Orthogonal expansion with eigenfunctions It's an eigenvalue problem.

$$y''+ y' + λy = 0$$ 
  $x$ is between $0$ and $1$.
$y(0) = y(1) = 0$

1) How can I find the orthogonal expansion of $f(x) = x$ on $[0,1]$, in terms of the eigenfunctions?

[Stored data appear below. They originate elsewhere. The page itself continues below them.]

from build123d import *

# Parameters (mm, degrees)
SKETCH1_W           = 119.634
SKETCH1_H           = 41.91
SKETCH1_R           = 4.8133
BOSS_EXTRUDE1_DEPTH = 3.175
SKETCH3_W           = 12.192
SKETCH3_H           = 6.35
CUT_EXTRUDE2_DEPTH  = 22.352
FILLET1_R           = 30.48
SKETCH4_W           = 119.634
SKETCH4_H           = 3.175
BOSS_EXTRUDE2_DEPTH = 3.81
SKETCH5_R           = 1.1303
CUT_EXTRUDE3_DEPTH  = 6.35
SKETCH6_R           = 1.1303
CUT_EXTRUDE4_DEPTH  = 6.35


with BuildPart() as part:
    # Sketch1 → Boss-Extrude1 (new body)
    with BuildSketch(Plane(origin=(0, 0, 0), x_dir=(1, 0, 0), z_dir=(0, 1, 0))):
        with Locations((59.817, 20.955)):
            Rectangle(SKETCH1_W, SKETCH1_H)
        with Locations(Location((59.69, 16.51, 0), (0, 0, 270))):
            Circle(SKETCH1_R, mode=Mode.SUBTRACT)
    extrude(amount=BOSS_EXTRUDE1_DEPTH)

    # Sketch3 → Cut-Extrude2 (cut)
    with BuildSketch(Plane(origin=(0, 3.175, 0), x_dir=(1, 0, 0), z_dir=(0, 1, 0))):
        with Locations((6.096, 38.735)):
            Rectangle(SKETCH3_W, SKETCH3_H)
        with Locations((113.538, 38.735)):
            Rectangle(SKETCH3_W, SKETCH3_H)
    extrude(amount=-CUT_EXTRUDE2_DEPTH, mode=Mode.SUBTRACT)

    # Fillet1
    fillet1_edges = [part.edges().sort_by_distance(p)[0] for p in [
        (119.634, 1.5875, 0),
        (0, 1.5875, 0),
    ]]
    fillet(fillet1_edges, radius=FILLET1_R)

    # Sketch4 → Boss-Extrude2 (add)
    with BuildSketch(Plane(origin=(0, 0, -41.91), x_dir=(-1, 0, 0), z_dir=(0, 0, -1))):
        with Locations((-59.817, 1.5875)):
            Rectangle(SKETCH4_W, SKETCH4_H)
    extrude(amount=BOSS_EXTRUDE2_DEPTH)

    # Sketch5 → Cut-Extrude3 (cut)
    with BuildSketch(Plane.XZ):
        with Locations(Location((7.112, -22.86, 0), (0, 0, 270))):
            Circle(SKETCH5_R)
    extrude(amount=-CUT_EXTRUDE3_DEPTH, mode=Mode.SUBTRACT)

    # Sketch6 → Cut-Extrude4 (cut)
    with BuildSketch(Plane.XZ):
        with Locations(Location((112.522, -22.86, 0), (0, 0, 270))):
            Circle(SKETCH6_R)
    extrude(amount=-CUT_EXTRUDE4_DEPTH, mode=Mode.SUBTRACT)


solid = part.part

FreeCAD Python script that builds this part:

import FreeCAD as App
import Part
import Sketcher

V = App.Vector
Q = App.Units.Quantity


def edges_at(feature, points):
    """Names of the edges that pass closest to the given points."""
    edges = feature.Shape.Edges
    near = lambda p: min(range(len(edges)), key=lambda i: edges[i].distToShape(Part.Vertex(*p))[0])
    return sorted({f"Edge{near(p) + 1}" for p in points})


def add_polygon(sketch, points):
    """Adds a closed chain of lines whose ends are joined by coincident constraints."""
    first, n = sketch.GeometryCount, len(points)
    for a, b in zip(points, points[1:] + points[:1]):
        sketch.addGeometry(Part.LineSegment(App.Vector(*a, 0), App.Vector(*b, 0)), False)
    for i in range(n):
        sketch.addConstraint(Sketcher.Constraint("Coincident", first + i, 2, first + (i + 1) % n, 1))

doc = App.newDocument("Part")
body = doc.addObject("PartDesign::Body", "Body")

# Sketch on XZ plane
sketch1 = body.newObject("Sketcher::SketchObject", "Sketch")
sketch1.AttachmentSupport = (doc.getObject("XZ_Plane"), [""])
sketch1.MapMode = "FlatFace"
add_polygon(sketch1, [(0, -41.9), (0, 0), (119.6, 0), (119.6, -41.9)])  # lines 0-3
sketch1.addGeometry(Part.Circle(V(59.7, -16.5, 0), V(0, 0, 1), 4.8), False)  # 4
sketch1.addConstraint([
    Sketcher.Constraint("Vertical", 0),
    Sketcher.Constraint("Horizontal", 1),
    Sketcher.Constraint("Vertical", 2),
    Sketcher.Constraint("Horizontal", 3),
    Sketcher.Constraint("Coincident", 0, 2, -1, 1),
    Sketcher.Constraint("Diameter", 4, Q("0.379 in")),
    Sketcher.Constraint("DistanceY", 2, 2, 4, 3, Q("1 in")),
    Sketcher.Constraint("DistanceX", 1, 1, 1, 2, Q("4.71 in")),
    Sketcher.Constraint("DistanceY", 0, 1, 0, 2, Q("1.65 in")),
    Sketcher.Constraint("DistanceX", -1, 1, 4, 3, Q("2.35 in")),
])
pad1 = body.newObject("PartDesign::Pad", "Pad")
pad1.Profile = sketch1
pad1.Length = Q("0.125 in")
pad1.Reversed = True

# Sketch on XZ plane
sketch2 = body.newObject("Sketcher::SketchObject", "Sketch001")
sketch2.AttachmentSupport = (doc.getObject("XZ_Plane"), [""])
sketch2.MapMode = "FlatFace"
sketch2.AttachmentOffset = App.Placement(V(0, 0, -0.125 * 25.4), App.Rotation())
add_polygon(sketch2, [(0, -42), (0, -36), (12, -36), (12, -42)])  # lines 0-3
add_polygon(sketch2, [(107, -42), (107, -36), (120, -36), (120, -42)])  # lines 4-7
sketch2.addConstraint([
    Sketcher.Constraint("Vertical", 0),
    Sketcher.Constraint("Horizontal", 1),
    Sketcher.Constraint("Vertical", 2),
    Sketcher.Constraint("Horizontal", 3),
    Sketcher.Constraint("Vertical", 4),
    Sketcher.Constraint("Horizontal", 5),
    Sketcher.Constraint("Vertical", 6),
    Sketcher.Constraint("Horizontal", 7),
    Sketcher.Constraint("PointOnObject", 0, 2, -2),
    Sketcher.Constraint("Horizontal", 1, 2, 4, 2),
    Sketcher.Constraint("Horizontal", 3, 2, 6, 2),
    Sketcher.Constraint("Equal", 3, 5),
    Sketcher.Constraint("DistanceX", 1, 1, 1, 2, Q("0.48 in")),
    Sketcher.Constraint("DistanceY", 0, 1, 0, 2, Q("0.25 in")),
    Sketcher.Constraint("DistanceY", 0, 2, -1, 1, Q("1.4 in")),
    Sketcher.Constraint("DistanceX", -1, 1, 4, 2, Q("4.23 in")),
])
pocket1 = body.newObject("PartDesign::Pocket", "Pocket")
pocket1.Profile = sketch2
pocket1.Length = Q("0.88 in")
pocket1.Reversed = True
doc.recompute()

fillet = body.newObject("PartDesign::Fillet", "Fillet")
fillet.Base = (pocket1, edges_at(pocket1, [(119.634, 1.587, 0), (0, 1.587, 0)]))
fillet.Radius = Q("1.2 in")

# Sketch on XY plane
sketch3 = body.newObject("Sketcher::SketchObject", "Sketch002")
sketch3.AttachmentSupport = (doc.getObject("XY_Plane"), [""])
sketch3.MapMode = "FlatFace"
sketch3.AttachmentOffset = App.Placement(V(0, 0, -1.65 * 25.4), App.Rotation())
add_polygon(sketch3, [(119.6, 3.2), (119.6, 0), (0, 0), (0, 3.2)])  # lines 0-3
sketch3.addConstraint([
    Sketcher.Constraint("Vertical", 0),
    Sketcher.Constraint("Horizontal", 1),
    Sketcher.Constraint("Vertical", 2),
    Sketcher.Constraint("Horizontal", 3),
    Sketcher.Constraint("Coincident", 1, 2, -1, 1),
    Sketcher.Constraint("DistanceX", 1, 2, 1, 1, Q("4.71 in")),
    Sketcher.Constraint("DistanceY", 0, 2, 0, 1, Q("0.125 in")),
])
pad2 = body.newObject("PartDesign::Pad", "Pad001")
pad2.Profile = sketch3
pad2.Length = Q("0.15 in")
pad2.Reversed = True

# Sketch on XZ plane
sketch4 = body.newObject("Sketcher::SketchObject", "Sketch003")
sketch4.AttachmentSupport = (doc.getObject("XZ_Plane"), [""])
sketch4.MapMode = "FlatFace"
sketch4.addGeometry(Part.Circle(V(7.1, -22.9, 0), V(0, 0, 1), 1.1), False)
sketch4.addConstraint([
    Sketcher.Constraint("Diameter", 0, Q("0.089 in")),
    Sketcher.Constraint("DistanceY", 0, 3, -1, 1, Q("0.9 in")),
    Sketcher.Constraint("DistanceX", -1, 1, 0, 3, Q("0.28 in")),
])
pocket2 = body.newObject("PartDesign::Pocket", "Pocket001")
pocket2.Profile = sketch4
pocket2.Length = Q("0.25 in")

# Sketch on XZ plane
sketch5 = body.newObject("Sketcher::SketchObject", "Sketch004")
sketch5.AttachmentSupport = (doc.getObject("XZ_Plane"), [""])
sketch5.MapMode = "FlatFace"
sketch5.addGeometry(Part.Circle(V(112.5, -22.9, 0), V(0, 0, 1), 1.1), False)
sketch5.addConstraint([
    Sketcher.Constraint("Diameter", 0, Q("0.089 in")),
    Sketcher.Constraint("DistanceY", 0, 3, -1, 1, Q("0.9 in")),
    Sketcher.Constraint("DistanceX", -1, 1, 0, 3, Q("4.43 in")),
])
pocket3 = body.newObject("PartDesign::Pocket", "Pocket002")
pocket3.Profile = sketch5
pocket3.Length = Q("0.25 in")

doc.recompute()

2) Find the smallest $N$ such that the weighted $L^2$ error between the $N$th partial sum,
$F_N(x)$ in previous part, and $f(x)$ is less than $0.1$.
Thank you so much
 A: If you multiply your equation by $e^{x}$, you get
$$
                   -\frac{d}{dx}e^{x}\frac{d}{dx}y =\lambda e^{x}y,\\
                           y(0)=y(1)=0.
$$
That's a Sturm-Liouville equation with weight factor $w(x)=e^{x}$. So the eigenfunctions form an orthonormal basis of $L^2_w[0,1]$. The equation $y''+y+\lambda y=0$ can be written as
$$
   \left(\frac{d^2}{dx^2}+\frac{d}{dx}+\lambda\right)y=0 \\
   \left(\frac{d}{dx}+\frac{1}{2}\right)^2+\left(\lambda-\frac{1}{4}\right)y=0 \\
     y(x)=Ae^{-x/2}\cos\left(\sqrt{\lambda-\frac{1}{4}}x\right)+Be^{-x/2}\sin\left(\sqrt{\lambda-\frac{1}{4}}x\right).
$$
The solutions where $A=0$ vanish at $x=0$, and those solutions vanish at $x=1$ iff
$$
               \sqrt{\lambda-\frac{1}{4}}=\pi,2\pi,3\pi,\cdots \\
                  \lambda = \frac{1}{4}+n^2\pi^2,\;\;\;\; n=1,2,3,\cdots.
$$
Then
$$
              u_n(x) = e^{-x/2}\sin(n\pi x)
$$
defines a complete orthogonal set of eigenfunctions in $L^2_{e^x}[0,1]$. The normalized eigenfunctions are
$$
       e_n(x)=\frac{1}{\|u_n\|_{e^x}}u_n = \frac{1}{\sqrt{\int_0^1\sin^2(n\pi x)dx}}u_n = \sqrt{2}u_n
$$
The Fourier series for $x$ with respect to the orthonormal basis $\{ e_n \}_{n=1}^{\infty}$ of $L^2_{e^x}[0,1]$ is
$$
           \sum_{n=1}^{\infty}(x,e_n)_{e^x}e_n=\sum_{n=1}^{\infty}\left(\int_0^1 te_n(t)e^t dt\right)e_n(x)
$$
The truncated series satisfies
$$
         \left\|\sum_{n=1}^{N}(x,e_n)_{e^x}e_n-x\right\|_{e^x}^2
           = \sum_{n=N+1}^{\infty}|(x,e_n)_{e^x}|^2
$$
So you need to compute $(x,e_n)_{e^x}$ and find $N$ large enough that the term on the right is strictly less than $0.1$. I'll leave it to you to find
$$
     (x,e_n)_{e^x} = \int_0^1 t(\sqrt{2}e^{-t/2}\sin(n\pi t))e^tdt
$$